I need some help with a leaking sunroom roof problem. The sunroom was an option when the house was built (2003) and was constructed almost like an add on module to the base house. The leak seems to occur where the sunroom meets the rest of the house (flashing issue?). I noticed a leak about five months ago and went up on the roof to see if I could see anything. Nothing stood out -- no missing shingles or anything out of the ordinary that I could see. I hammered down some nail heads and siliconed over them. I also put a bead of the silicone where the sunroom roof meets the house and at the ridge vent.

The problem went away for a while. We had torrential rains, heavy snows, etc. and...no problems or leaks. Today, we had a light snow, maybe an inch, and all of a sudden we have a leak again (the pic with the red circles).

Anyone have any thoughts before I call out the professionals? Could that ridge vent be my problem?

Thanks in advance for any help.


----------



## Bud9051 (Nov 11, 2015)

Hi ZMonet,
Light snow can blow into just about any opening, but it carries very little water. The old one foot of snow equals 1" of rain applies and light powdered snow has even less.

Condensation is a common source of ceiling moisture problems and there one aspect of it that may help identify whether it is contributing here. Condensation can freeze and accumulate during cold spells and then melt when it warms up. It doesn't always follow that sequence but when a warm day with no rain results in dripping it is a clue.

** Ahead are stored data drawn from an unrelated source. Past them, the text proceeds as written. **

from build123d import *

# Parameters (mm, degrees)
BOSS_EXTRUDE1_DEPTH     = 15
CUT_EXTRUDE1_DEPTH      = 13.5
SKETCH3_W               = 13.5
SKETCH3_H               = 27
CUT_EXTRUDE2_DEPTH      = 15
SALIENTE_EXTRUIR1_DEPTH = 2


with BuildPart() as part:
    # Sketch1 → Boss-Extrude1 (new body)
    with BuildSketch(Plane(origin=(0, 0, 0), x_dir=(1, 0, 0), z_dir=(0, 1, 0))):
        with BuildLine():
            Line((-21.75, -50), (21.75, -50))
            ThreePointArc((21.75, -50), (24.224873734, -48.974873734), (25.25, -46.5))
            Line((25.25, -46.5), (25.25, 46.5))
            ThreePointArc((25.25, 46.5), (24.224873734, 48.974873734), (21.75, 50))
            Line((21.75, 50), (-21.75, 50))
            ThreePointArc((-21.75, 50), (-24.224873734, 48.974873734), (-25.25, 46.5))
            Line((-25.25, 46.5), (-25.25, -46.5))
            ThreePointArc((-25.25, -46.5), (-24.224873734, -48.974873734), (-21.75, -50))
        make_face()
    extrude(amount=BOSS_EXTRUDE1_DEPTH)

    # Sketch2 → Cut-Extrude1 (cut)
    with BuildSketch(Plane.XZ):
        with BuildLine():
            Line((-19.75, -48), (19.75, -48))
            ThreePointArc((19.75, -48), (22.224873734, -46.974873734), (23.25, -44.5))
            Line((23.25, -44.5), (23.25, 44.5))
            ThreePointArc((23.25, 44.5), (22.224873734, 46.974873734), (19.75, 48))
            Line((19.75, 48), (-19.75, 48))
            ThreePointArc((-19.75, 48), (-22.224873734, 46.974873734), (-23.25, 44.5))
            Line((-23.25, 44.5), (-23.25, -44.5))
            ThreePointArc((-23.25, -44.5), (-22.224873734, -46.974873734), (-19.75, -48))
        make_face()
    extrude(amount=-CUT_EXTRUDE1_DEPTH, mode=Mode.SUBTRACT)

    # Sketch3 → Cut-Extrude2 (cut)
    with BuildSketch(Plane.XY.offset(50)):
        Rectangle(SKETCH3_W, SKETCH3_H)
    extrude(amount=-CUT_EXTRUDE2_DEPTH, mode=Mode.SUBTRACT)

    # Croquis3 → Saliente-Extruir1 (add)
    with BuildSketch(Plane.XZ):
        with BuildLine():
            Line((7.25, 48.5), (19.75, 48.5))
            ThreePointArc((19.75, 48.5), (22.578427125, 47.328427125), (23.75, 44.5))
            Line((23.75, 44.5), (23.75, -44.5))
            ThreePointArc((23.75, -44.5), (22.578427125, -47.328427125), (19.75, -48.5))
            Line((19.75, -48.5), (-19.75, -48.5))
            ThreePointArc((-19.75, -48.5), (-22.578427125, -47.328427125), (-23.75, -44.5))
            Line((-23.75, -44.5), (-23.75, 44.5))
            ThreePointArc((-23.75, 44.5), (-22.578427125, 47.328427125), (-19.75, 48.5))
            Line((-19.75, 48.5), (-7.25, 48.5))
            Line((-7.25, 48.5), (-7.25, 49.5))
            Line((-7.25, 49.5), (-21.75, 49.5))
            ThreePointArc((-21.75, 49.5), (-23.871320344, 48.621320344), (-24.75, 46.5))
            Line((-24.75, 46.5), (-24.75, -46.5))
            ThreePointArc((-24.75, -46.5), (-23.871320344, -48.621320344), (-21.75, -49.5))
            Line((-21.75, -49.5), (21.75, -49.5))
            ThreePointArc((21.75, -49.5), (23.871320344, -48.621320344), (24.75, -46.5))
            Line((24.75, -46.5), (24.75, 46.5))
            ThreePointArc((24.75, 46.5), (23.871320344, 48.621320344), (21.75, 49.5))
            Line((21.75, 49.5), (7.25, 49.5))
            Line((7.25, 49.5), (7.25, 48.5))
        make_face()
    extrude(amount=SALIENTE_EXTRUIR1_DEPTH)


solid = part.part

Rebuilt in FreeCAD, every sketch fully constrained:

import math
import FreeCAD as App
import Part
import Sketcher
from FreeCAD import Vector
Q = App.Units.Quantity


def add_polygon(sketch, points):
    """Adds a closed chain of lines whose ends are joined by coincident constraints."""
    first, n = sketch.GeometryCount, len(points)
    for a, b in zip(points, points[1:] + points[:1]):
        sketch.addGeometry(Part.LineSegment(App.Vector(*a, 0), App.Vector(*b, 0)), False)
    for i in range(n):
        sketch.addConstraint(Sketcher.Constraint("Coincident", first + i, 2, first + (i + 1) % n, 1))

doc = App.newDocument("Part")
params = doc.addObject("Spreadsheet::Sheet", "Params")
for row, (alias, value) in enumerate([
    ("sketch1_radius", "3.5 mm"),
    ("sketch1_height", "93 mm"),
    ("sketch1_width", "43.5 mm"),
    ("pad1_length", "15 mm"),
    ("sketch2_radius", "3.5 mm"),
    ("sketch2_height", "89 mm"),
    ("sketch2_width", "39.5 mm"),
    ("pocket1_length", "13.5 mm"),
    ("sketch3_height", "27 mm"),
    ("sketch3_width", "13.5 mm"),
    ("pocket2_length", "15 mm"),
    ("sketch4_radius", "4 mm"),
    ("sketch4_radius2", "3 mm"),
    ("sketch4_height", "89 mm"),
    ("sketch4_height2", "1 mm"),
    ("sketch4_width", "12.5 mm"),
    ("pad2_length", "2 mm"),
], start=1):
    params.set(f"A{row}", alias)
    params.set(f"B{row}", "=" + value)
    params.setAlias(f"B{row}", alias)

body = doc.addObject("PartDesign::Body", "Body")

sketch1 = doc.addObject("Sketcher::SketchObject", "Sketch")
body.addObject(sketch1)
sketch1.AttachmentSupport = (doc.XZ_Plane, [""])
sketch1.MapMode = "FlatFace"
sketch1.addGeometry(Part.LineSegment(Vector(-21.8, 50, 0), Vector(21.8, 50, 0)), False)
sketch1.addGeometry(Part.ArcOfCircle(Part.Circle(Vector(21.7, 46.5, 0), Vector(0, 0, 1), 3.5), math.radians(0), math.radians(90)), False)
sketch1.addGeometry(Part.LineSegment(Vector(25.2, 46.5, 0), Vector(25.2, -46.5, 0)), False)
sketch1.addGeometry(Part.ArcOfCircle(Part.Circle(Vector(21.7, -46.5, 0), Vector(0, 0, 1), 3.5), math.radians(-90), math.radians(0)), False)
sketch1.addGeometry(Part.LineSegment(Vector(21.8, -50, 0), Vector(-21.8, -50, 0)), False)
sketch1.addGeometry(Part.ArcOfCircle(Part.Circle(Vector(-21.7, -46.5, 0), Vector(0, 0, 1), 3.5), math.radians(-180), math.radians(-90)), False)
sketch1.addGeometry(Part.LineSegment(Vector(-25.2, -46.5, 0), Vector(-25.2, 46.5, 0)), False)
sketch1.addGeometry(Part.ArcOfCircle(Part.Circle(Vector(-21.7, 46.5, 0), Vector(0, 0, 1), 3.5), math.radians(90), math.radians(180)), False)
sketch1.addConstraint(Sketcher.Constraint("Tangent", 0, 2, 1, 2))
sketch1.addConstraint(Sketcher.Constraint("Tangent", 1, 1, 2, 1))
sketch1.addConstraint(Sketcher.Constraint("Tangent", 2, 2, 3, 2))
sketch1.addConstraint(Sketcher.Constraint("Tangent", 3, 1, 4, 1))
sketch1.addConstraint(Sketcher.Constraint("Tangent", 4, 2, 5, 2))
sketch1.addConstraint(Sketcher.Constraint("Tangent", 5, 1, 6, 1))
sketch1.addConstraint(Sketcher.Constraint("Tangent", 6, 2, 7, 2))
sketch1.addConstraint(Sketcher.Constraint("Tangent", 7, 1, 0, 1))
sketch1.addConstraint(Sketcher.Constraint("Horizontal", 0))
sketch1.addConstraint(Sketcher.Constraint("Vertical", 2))
sketch1.addConstraint(Sketcher.Constraint("Horizontal", 4))
sketch1.addConstraint(Sketcher.Constraint("Vertical", 6))
sketch1.addConstraint(Sketcher.Constraint("Equal", 1, 3))
sketch1.addConstraint(Sketcher.Constraint("Equal", 3, 5))
sketch1.addConstraint(Sketcher.Constraint("Equal", 5, 7))
sketch1.addConstraint(Sketcher.Constraint("Symmetric", 1, 3, 5, 3, -1, 1))
sketch1.addConstraint(Sketcher.Constraint("Radius", 1, Q("3.5 mm")))
sketch1.addConstraint(Sketcher.Constraint("DistanceY", 2, 2, 2, 1, Q("93 mm")))
sketch1.addConstraint(Sketcher.Constraint("DistanceX", 0, 1, 0, 2, Q("43.5 mm")))
sketch1.setExpression("Constraints[16]", "Params.sketch1_radius")
sketch1.setExpression("Constraints[17]", "Params.sketch1_height")
sketch1.setExpression("Constraints[18]", "Params.sketch1_width")
pad1 = doc.addObject("PartDesign::Pad", "Pad")
body.addObject(pad1)
pad1.Profile = sketch1
pad1.setExpression("Length", "Params.pad1_length")
pad1.Reversed = True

I see you have a vaulted ceiling and recessed lights, they are a common source of moisture getting into the, we'll call it an attic. You have a ridge vent but do you have soffit venting for intake?

Bud


----------



## Windows on Wash (Aug 30, 2011)

Bunch of stuff going on there but that is not a roof that should be done in asphalt in this case. Way to low a pitch.


----------



## ZMonet (Aug 1, 2009)

Thanks, Bud. The sunroom does have soffit venting (see pic below). Also, this was slushy snow that fell this morning that largely melted when it hit the ground. Temps were someplace around 34 degrees. Every time that I have seen a leak, four in total, there was precipitation. I don't want to discount the possibility of condensation but I haven't seen a leak when there were extreme temp. differences between the outside and inside temp -- just when it rains/snows. And not every time it rains/snows...just one time in 5 months for this last occurrence. You can see from the pic below that the intrusion was somewhat significant, about 6 ounces or so I would estimate had bubbled up and formed a bubble I popped.

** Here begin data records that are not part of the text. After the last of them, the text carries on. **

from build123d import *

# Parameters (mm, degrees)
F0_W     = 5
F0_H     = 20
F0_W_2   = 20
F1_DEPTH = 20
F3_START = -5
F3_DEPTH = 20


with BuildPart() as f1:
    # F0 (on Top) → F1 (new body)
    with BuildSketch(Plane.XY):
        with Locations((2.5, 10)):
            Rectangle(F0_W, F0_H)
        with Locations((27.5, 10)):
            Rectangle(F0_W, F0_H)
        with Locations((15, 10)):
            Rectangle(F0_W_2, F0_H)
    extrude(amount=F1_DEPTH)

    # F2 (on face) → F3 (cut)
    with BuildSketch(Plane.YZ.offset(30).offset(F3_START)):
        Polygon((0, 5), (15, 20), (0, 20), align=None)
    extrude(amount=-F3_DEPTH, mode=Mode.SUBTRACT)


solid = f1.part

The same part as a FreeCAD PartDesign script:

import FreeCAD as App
import Part
import Sketcher
from FreeCAD import Vector


def add_polygon(sketch, points):
    """Adds a closed chain of lines whose ends are joined by coincident constraints."""
    first, n = sketch.GeometryCount, len(points)
    for a, b in zip(points, points[1:] + points[:1]):
        sketch.addGeometry(Part.LineSegment(App.Vector(*a, 0), App.Vector(*b, 0)), False)
    for i in range(n):
        sketch.addConstraint(Sketcher.Constraint("Coincident", first + i, 2, first + (i + 1) % n, 1))

doc = App.newDocument("Part")
body = doc.addObject("PartDesign::Body", "Body")

# Sketch on XY plane
sketch1 = body.newObject("Sketcher::SketchObject", "Sketch")
sketch1.AttachmentSupport = (doc.getObject("XY_Plane"), [""])
sketch1.MapMode = "FlatFace"
add_polygon(sketch1, [(0, 20), (0, 0), (30, 0), (30, 20)])  # lines 0-3
sketch1.addConstraint([
    Sketcher.Constraint("Vertical", 0),
    Sketcher.Constraint("Horizontal", 1),
    Sketcher.Constraint("Vertical", 2),
    Sketcher.Constraint("Horizontal", 3),
    Sketcher.Constraint("Coincident", 0, 2, -1, 1),
    Sketcher.Constraint("DistanceX", 1, 1, 1, 2, 30.0),
    Sketcher.Constraint("DistanceY", 0, 2, 0, 1, 20.0),
])
pad1 = body.newObject("PartDesign::Pad", "Pad")
pad1.Profile = sketch1
pad1.Length = 20

# Sketch on YZ plane
sketch2 = body.newObject("Sketcher::SketchObject", "Sketch001")
sketch2.AttachmentSupport = (doc.getObject("YZ_Plane"), [""])
sketch2.MapMode = "FlatFace"
sketch2.AttachmentOffset = App.Placement(Vector(0, 0, 25), App.Rotation())
add_polygon(sketch2, [(0, 5), (15, 20), (0, 20)])  # lines 0-2
sketch2.addConstraint([
    Sketcher.Constraint("Horizontal", 1),
    Sketcher.Constraint("Vertical", 2),
    Sketcher.Constraint("PointOnObject", 1, 2, -2),
    Sketcher.Constraint("Equal", 1, 2),
    Sketcher.Constraint("DistanceX", 1, 2, 1, 1, 15.0),
    Sketcher.Constraint("DistanceY", -1, 1, 0, 2, 20.0),
])
pocket1 = body.newObject("PartDesign::Pocket", "Pocket")
pocket1.Profile = sketch2
pocket1.Length = 20

doc.recompute()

One other point. Directly above the place where it seems like the leak is coming from is a gutter line and I saw a lot of water dripping off of that (see pic below). I think that might be where most of the water is coming from.


----------



## Bud9051 (Nov 11, 2015)

Condensation can go to the bottom of the list as it doesn't sound like the right conditions exist.
As Windows mentioned the slope is on the low side and that valley is right above the inside leaks.
If you have a gutter above it should not be dripping in the area shown (a guess). Is there a clog backing up the gutter? I can also see what looks like a drip line, the discoloration right below that upper roof edge.

Is there a gutter above?

Bud


----------



## ZMonet (Aug 1, 2009)

Thanks again, Bud. As soon as this weather clears, I'm going to take a look at the gutter and see if there is a clog. There are gutter guards on the gutters and not many trees that close by, but I imagine that there could be a lot of sludge build up nonetheless. I don't think I've checked up there in 8-10 years.

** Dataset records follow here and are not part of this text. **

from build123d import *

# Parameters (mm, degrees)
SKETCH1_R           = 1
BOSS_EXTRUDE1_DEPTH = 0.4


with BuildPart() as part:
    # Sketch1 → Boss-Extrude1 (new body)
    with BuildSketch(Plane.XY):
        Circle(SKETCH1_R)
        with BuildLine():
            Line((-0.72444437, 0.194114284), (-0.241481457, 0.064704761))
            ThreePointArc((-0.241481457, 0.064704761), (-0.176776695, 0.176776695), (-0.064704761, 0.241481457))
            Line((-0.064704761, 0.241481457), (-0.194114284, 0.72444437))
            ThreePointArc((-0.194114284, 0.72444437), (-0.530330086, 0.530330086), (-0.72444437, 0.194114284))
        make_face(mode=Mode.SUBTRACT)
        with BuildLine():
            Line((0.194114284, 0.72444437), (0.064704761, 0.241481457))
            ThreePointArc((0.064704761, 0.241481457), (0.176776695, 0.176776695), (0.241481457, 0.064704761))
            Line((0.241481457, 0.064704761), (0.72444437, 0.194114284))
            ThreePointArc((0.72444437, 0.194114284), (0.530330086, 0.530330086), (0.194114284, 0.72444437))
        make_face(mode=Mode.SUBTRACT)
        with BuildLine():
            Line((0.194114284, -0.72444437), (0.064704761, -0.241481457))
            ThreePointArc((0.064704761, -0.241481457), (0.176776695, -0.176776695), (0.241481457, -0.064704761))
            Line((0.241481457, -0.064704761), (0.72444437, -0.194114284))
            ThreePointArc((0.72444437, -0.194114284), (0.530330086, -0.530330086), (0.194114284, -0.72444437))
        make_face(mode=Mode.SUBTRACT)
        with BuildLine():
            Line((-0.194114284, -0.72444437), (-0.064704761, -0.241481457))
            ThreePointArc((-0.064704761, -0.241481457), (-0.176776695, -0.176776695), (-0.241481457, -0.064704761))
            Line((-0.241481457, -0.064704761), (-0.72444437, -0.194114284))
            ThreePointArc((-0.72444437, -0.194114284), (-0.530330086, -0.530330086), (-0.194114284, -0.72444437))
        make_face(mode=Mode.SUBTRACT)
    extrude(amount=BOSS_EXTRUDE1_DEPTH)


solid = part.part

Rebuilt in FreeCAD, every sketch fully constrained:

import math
import FreeCAD as App
import Part
import Sketcher

V = App.Vector
Q = App.Units.Quantity

doc = App.newDocument("Part")
body = doc.addObject("PartDesign::Body", "Body")

sketch1 = body.newObject("Sketcher::SketchObject", "Sketch")
sketch1.AttachmentSupport = (doc.getObject("XY_Plane"), [""])
sketch1.MapMode = "FlatFace"
sketch1.addGeometry([
    Part.Circle(V(0, 0, 0), V(0, 0, 1), 1),
    Part.LineSegment(V(-0.06, -0.24, 0), V(-0.19, -0.72, 0)),
    Part.ArcOfCircle(Part.Circle(V(0, 0, 0), V(0, 0, 1), 0.75), math.radians(-165), math.radians(-105)),
    Part.LineSegment(V(-0.72, -0.19, 0), V(-0.24, -0.06, 0)),
    Part.ArcOfCircle(Part.Circle(V(0, 0, 0), V(0, 0, 1), 0.25), math.radians(-165), math.radians(-105)),
    Part.ArcOfCircle(Part.Circle(V(0, 0, 0), V(0, 0, 1), 0.75), math.radians(-75), math.radians(-15)),
    Part.LineSegment(V(0.19, -0.72, 0), V(0.06, -0.24, 0)),
    Part.ArcOfCircle(Part.Circle(V(0, 0, 0), V(0, 0, 1), 0.25), math.radians(-75), math.radians(-15)),
    Part.LineSegment(V(0.24, -0.06, 0), V(0.72, -0.19, 0)),
    Part.LineSegment(V(-0.24, 0.06, 0), V(-0.72, 0.19, 0)),
    Part.ArcOfCircle(Part.Circle(V(0, 0, 0), V(0, 0, 1), 0.75), math.radians(105), math.radians(165)),
    Part.LineSegment(V(-0.19, 0.72, 0), V(-0.06, 0.24, 0)),
    Part.ArcOfCircle(Part.Circle(V(0, 0, 0), V(0, 0, 1), 0.25), math.radians(105), math.radians(165)),
    Part.LineSegment(V(0.06, 0.24, 0), V(0.19, 0.72, 0)),
    Part.ArcOfCircle(Part.Circle(V(0, 0, 0), V(0, 0, 1), 0.75), math.radians(15), math.radians(75)),
    Part.LineSegment(V(0.72, 0.19, 0), V(0.24, 0.06, 0)),
    Part.ArcOfCircle(Part.Circle(V(0, 0, 0), V(0, 0, 1), 0.25), math.radians(15), math.radians(75)),
], False)
sketch1.addConstraint([
    Sketcher.Constraint("Coincident", 1, 2, 2, 2),
    Sketcher.Constraint("Coincident", 2, 1, 3, 1),
    Sketcher.Constraint("Coincident", 3, 2, 4, 1),
    Sketcher.Constraint("Coincident", 4, 2, 1, 1),
    Sketcher.Constraint("Coincident", 5, 1, 6, 1),
    Sketcher.Constraint("Coincident", 6, 2, 7, 1),
    Sketcher.Constraint("Coincident", 7, 2, 8, 1),
    Sketcher.Constraint("Coincident", 8, 2, 5, 2),
    Sketcher.Constraint("Coincident", 9, 2, 10, 2),
    Sketcher.Constraint("Coincident", 10, 1, 11, 1),
    Sketcher.Constraint("Coincident", 11, 2, 12, 1),
    Sketcher.Constraint("Coincident", 12, 2, 9, 1),
    Sketcher.Constraint("Coincident", 13, 2, 14, 2),
    Sketcher.Constraint("Coincident", 14, 1, 15, 1),
    Sketcher.Constraint("Coincident", 15, 2, 16, 1),
    Sketcher.Constraint("Coincident", 16, 2, 13, 1),
    Sketcher.Constraint("Coincident", 0, 3, -1, 1),
    Sketcher.Constraint("Coincident", 2, 3, -1, 1),
    Sketcher.Constraint("Coincident", 4, 3, -1, 1),
    Sketcher.Constraint("Coincident", 5, 3, -1, 1),
    Sketcher.Constraint("Coincident", 7, 3, -1, 1),
    Sketcher.Constraint("Coincident", 10, 3, -1, 1),
    Sketcher.Constraint("Coincident", 12, 3, -1, 1),
    Sketcher.Constraint("Coincident", 14, 3, -1, 1),
    Sketcher.Constraint("Coincident", 16, 3, -1, 1),
    Sketcher.Constraint("Equal", 2, 5),
    Sketcher.Constraint("Equal", 4, 7),
    Sketcher.Constraint("Equal", 5, 10),
    Sketcher.Constraint("Equal", 7, 12),
    Sketcher.Constraint("Equal", 10, 14),
    Sketcher.Constraint("Equal", 12, 16),
    Sketcher.Constraint("Perpendicular", 3, 6),
    Sketcher.Constraint("Perpendicular", 1, 8),
    Sketcher.Constraint("Parallel", 8, 9),
    Sketcher.Constraint("Parallel", 6, 11),
    Sketcher.Constraint("Perpendicular", 9, 13),
    Sketcher.Constraint("Perpendicular", 11, 15),
    Sketcher.Constraint("Horizontal", 1, 2, 5, 1),
    Sketcher.Constraint("Horizontal", 4, 2, 6, 2),
    Sketcher.Constraint("Horizontal", 3, 2, 7, 2),
    Sketcher.Constraint("Horizontal", 10, 1, 13, 2),
    Sketcher.Constraint("Horizontal", 9, 2, 14, 1),
    Sketcher.Constraint("Vertical", 2, 1, 9, 2),
    Sketcher.Constraint("Vertical", 1, 2, 10, 1),
    Sketcher.Constraint("Diameter", 0, 2.0),
    Sketcher.Constraint("Angle", 1, Q("-105 deg")),
    Sketcher.Constraint("Radius", 2, 0.75),
    Sketcher.Constraint("Radius", 4, 0.25),
    Sketcher.Constraint("DistanceX", 3, 2, -1, 1, 0.241481),
    Sketcher.Constraint("DistanceY", 4, 2, -1, 1, 0.241481),
])
pad1 = body.newObject("PartDesign::Pad", "Pad")
pad1.Profile = sketch1
pad1.Length = 0.4

doc.recompute()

Would the splash down from the upper gutter onto the sunroom roof force the water up and under the shingles? Or even if water is pouring down from the gutter line should it not be causing a leak? It may be that the gutters were closed up because of the snow/ice, but that is just a guess.


----------



## joecaption (Nov 30, 2011)

Those surface mounted ridge vents are horrible, and at some point almost always leak.
Everyone I've seen the nails are popping out.
Siding was installed to close to the shingles.


----------



## Nealtw (Jun 22, 2017)

They built a huge cricket here but they have a down hill slope from the corner to the ridge vent that could be a problem with snow in the roof.
They should have turned the valley so it was feet away from the ridge and 3" lower.


----------



## Nealtw (Jun 22, 2017)

like this


----------



## ZMonet (Aug 1, 2009)

Thanks for everyone's help. In the afternoon, the slush turned to all rain and it rained throughout the night. But the leak seemed to stop when it turned to rain. I got on the roof this weekend and see that the gutters directly above the sunroom are not clogged (see last pic), although I do see water dripping off them. I'm thinking that is just residual water that makes it over the gutter guards and onto the roof below.

I've taken some additional pics, hopefully at better angles, and I'm hoping someone might be able to guestimate where the intrusion is coming from. Is it the ridge vent? The flashing? From the posts before, it sounds like some think the pitch wasn't designed correctly?

From what I see on the inside, it seems logical that the water is getting in through the ridge vent, and then traveling down the slope of the ceiling and getting in between the drywall paper/paint and bubbling out.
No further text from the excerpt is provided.